• What is needed: Look below for the line that contains "line L6 (1.55, 2.35)", then copy it and each following line exactly, through and including the line that contains "Rebuilt in FreeCAD, every".
──────── Provided records ────────
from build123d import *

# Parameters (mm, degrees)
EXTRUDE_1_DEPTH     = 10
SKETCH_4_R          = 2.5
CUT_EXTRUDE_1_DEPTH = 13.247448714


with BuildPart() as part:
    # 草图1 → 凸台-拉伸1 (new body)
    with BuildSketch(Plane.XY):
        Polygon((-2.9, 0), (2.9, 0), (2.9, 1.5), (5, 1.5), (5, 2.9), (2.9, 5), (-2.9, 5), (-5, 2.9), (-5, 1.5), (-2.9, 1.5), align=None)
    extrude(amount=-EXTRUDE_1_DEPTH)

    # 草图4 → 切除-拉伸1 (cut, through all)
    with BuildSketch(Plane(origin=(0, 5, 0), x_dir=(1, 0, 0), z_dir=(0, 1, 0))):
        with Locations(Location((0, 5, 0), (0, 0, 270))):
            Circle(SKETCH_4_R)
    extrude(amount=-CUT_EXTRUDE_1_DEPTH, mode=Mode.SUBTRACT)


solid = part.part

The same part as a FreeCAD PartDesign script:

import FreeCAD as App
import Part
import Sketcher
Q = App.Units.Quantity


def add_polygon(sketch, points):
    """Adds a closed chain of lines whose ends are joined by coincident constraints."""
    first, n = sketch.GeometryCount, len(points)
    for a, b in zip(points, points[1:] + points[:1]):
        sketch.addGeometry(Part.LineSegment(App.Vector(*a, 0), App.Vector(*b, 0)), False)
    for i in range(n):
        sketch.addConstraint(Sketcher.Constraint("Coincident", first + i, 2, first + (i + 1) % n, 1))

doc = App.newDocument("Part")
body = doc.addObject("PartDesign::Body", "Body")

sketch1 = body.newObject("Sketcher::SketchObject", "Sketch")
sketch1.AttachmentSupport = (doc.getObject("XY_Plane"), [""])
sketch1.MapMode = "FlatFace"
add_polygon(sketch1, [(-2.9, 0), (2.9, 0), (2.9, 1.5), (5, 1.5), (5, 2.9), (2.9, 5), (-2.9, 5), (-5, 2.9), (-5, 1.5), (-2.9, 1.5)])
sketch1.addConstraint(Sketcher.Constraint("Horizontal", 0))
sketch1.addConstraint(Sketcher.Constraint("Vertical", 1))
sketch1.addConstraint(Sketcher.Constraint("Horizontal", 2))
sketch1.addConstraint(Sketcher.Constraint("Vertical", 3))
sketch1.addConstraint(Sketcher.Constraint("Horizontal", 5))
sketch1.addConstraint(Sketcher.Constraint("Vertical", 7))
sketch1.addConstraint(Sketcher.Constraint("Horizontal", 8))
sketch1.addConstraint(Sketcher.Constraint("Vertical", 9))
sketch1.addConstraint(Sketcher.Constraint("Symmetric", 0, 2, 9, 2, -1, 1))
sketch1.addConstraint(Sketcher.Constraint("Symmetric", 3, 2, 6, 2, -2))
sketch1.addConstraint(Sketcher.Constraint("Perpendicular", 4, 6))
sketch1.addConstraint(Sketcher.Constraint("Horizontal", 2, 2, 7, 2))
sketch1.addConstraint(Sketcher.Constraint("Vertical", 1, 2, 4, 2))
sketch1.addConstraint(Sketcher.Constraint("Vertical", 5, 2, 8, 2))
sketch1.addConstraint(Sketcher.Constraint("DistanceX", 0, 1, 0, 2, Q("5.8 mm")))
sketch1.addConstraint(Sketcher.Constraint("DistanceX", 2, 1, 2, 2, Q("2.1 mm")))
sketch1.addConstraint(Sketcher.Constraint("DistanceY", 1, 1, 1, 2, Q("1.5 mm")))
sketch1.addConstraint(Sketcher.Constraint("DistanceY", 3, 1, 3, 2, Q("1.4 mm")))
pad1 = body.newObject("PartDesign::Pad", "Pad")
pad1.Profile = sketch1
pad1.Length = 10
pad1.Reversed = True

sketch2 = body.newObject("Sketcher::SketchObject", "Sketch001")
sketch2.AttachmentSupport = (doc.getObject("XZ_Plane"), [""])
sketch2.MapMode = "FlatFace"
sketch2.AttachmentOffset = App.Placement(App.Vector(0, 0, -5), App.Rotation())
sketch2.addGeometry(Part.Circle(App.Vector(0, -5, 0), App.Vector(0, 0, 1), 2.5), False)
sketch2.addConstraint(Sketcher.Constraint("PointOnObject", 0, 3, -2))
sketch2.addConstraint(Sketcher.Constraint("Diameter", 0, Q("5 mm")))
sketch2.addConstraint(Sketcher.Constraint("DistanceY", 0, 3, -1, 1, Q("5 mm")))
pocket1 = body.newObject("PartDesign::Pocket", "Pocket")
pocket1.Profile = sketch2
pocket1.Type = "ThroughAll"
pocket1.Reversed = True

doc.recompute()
────────
──────── Provided records ────────
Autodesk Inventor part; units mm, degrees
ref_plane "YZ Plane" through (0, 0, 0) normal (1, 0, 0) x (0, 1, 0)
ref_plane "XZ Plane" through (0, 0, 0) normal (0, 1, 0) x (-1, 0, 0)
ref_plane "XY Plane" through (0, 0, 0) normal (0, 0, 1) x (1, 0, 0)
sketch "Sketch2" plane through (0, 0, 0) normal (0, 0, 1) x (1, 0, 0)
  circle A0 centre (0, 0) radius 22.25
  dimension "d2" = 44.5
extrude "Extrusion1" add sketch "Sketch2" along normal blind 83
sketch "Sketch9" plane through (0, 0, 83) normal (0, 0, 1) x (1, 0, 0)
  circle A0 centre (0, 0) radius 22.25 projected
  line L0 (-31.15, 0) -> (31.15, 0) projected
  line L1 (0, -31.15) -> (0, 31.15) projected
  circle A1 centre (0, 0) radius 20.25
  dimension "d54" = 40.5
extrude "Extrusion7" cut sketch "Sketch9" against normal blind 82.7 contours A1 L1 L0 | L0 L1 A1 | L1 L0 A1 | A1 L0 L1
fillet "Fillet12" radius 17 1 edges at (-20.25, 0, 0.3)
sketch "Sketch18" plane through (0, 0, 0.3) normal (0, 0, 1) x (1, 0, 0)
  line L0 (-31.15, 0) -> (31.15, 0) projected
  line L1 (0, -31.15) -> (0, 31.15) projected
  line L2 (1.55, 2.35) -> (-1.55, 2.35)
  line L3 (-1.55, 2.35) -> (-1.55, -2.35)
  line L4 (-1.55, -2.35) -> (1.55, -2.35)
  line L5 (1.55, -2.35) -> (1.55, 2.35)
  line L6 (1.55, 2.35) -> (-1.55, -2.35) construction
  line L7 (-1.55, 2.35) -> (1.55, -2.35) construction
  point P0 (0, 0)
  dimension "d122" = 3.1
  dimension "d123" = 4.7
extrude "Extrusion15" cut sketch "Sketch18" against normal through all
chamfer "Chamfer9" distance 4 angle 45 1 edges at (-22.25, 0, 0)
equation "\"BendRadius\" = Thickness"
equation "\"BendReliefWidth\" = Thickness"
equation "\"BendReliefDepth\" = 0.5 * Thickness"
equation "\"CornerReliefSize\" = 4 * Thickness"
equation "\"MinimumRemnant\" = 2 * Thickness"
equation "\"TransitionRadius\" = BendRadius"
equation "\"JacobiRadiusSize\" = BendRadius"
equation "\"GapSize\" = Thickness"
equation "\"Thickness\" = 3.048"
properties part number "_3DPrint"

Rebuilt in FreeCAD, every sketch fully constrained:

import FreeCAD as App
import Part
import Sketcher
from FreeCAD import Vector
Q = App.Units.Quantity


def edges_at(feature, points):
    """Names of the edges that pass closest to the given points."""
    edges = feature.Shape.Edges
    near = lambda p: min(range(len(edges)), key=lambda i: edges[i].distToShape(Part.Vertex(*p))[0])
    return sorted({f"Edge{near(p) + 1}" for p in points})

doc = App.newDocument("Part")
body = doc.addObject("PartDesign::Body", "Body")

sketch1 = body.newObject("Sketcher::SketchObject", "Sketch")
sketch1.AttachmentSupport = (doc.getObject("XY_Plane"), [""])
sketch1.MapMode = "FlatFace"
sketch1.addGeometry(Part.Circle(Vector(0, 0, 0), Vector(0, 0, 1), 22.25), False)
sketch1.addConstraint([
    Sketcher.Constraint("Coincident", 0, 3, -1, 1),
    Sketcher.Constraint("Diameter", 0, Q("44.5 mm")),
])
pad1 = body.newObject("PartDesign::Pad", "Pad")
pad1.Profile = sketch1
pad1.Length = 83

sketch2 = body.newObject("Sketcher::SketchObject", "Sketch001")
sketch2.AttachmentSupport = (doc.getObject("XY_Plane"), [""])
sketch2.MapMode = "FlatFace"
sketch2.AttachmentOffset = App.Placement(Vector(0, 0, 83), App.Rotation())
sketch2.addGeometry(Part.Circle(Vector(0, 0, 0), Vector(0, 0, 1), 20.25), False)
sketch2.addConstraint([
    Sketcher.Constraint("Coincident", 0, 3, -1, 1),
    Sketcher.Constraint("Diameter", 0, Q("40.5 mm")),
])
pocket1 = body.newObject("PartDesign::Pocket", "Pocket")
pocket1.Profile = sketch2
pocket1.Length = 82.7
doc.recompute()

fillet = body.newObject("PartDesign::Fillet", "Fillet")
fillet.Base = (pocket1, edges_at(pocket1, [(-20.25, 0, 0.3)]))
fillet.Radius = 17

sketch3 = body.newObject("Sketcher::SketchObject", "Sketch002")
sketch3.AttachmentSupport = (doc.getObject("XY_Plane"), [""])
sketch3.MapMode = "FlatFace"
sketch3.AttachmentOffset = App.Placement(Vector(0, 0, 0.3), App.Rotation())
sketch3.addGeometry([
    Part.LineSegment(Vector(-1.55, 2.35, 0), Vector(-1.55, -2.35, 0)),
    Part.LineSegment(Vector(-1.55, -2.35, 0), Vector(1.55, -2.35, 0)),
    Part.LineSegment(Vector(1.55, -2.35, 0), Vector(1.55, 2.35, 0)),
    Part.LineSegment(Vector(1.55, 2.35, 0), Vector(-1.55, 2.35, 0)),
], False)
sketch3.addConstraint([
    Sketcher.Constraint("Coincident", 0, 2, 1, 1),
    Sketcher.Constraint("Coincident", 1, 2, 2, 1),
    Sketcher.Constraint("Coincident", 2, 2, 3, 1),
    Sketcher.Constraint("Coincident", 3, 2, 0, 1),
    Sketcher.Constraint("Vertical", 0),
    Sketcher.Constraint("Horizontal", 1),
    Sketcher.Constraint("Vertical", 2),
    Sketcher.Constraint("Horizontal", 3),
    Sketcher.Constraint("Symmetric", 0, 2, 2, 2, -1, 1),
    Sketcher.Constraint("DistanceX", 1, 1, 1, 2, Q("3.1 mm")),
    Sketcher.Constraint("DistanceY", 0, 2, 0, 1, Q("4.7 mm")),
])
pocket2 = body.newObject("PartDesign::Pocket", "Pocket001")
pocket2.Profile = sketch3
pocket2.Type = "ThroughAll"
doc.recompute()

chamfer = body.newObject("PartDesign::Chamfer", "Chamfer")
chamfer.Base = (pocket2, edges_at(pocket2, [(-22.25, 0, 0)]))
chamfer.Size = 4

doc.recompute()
────────
• Finished task:
  line L6 (1.55, 2.35) -> (-1.55, -2.35) construction
  line L7 (-1.55, 2.35) -> (1.55, -2.35) construction
  point P0 (0, 0)
  dimension "d122" = 3.1
  dimension "d123" = 4.7
extrude "Extrusion15" cut sketch "Sketch18" against normal through all
chamfer "Chamfer9" distance 4 angle 45 1 edges at (-22.25, 0, 0)
equation "\"BendRadius\" = Thickness"
equation "\"BendReliefWidth\" = Thickness"
equation "\"BendReliefDepth\" = 0.5 * Thickness"
equation "\"CornerReliefSize\" = 4 * Thickness"
equation "\"MinimumRemnant\" = 2 * Thickness"
equation "\"TransitionRadius\" = BendRadius"
equation "\"JacobiRadiusSize\" = BendRadius"
equation "\"GapSize\" = Thickness"
equation "\"Thickness\" = 3.048"
properties part number "_3DPrint"

Rebuilt in FreeCAD, every sketch fully constrained:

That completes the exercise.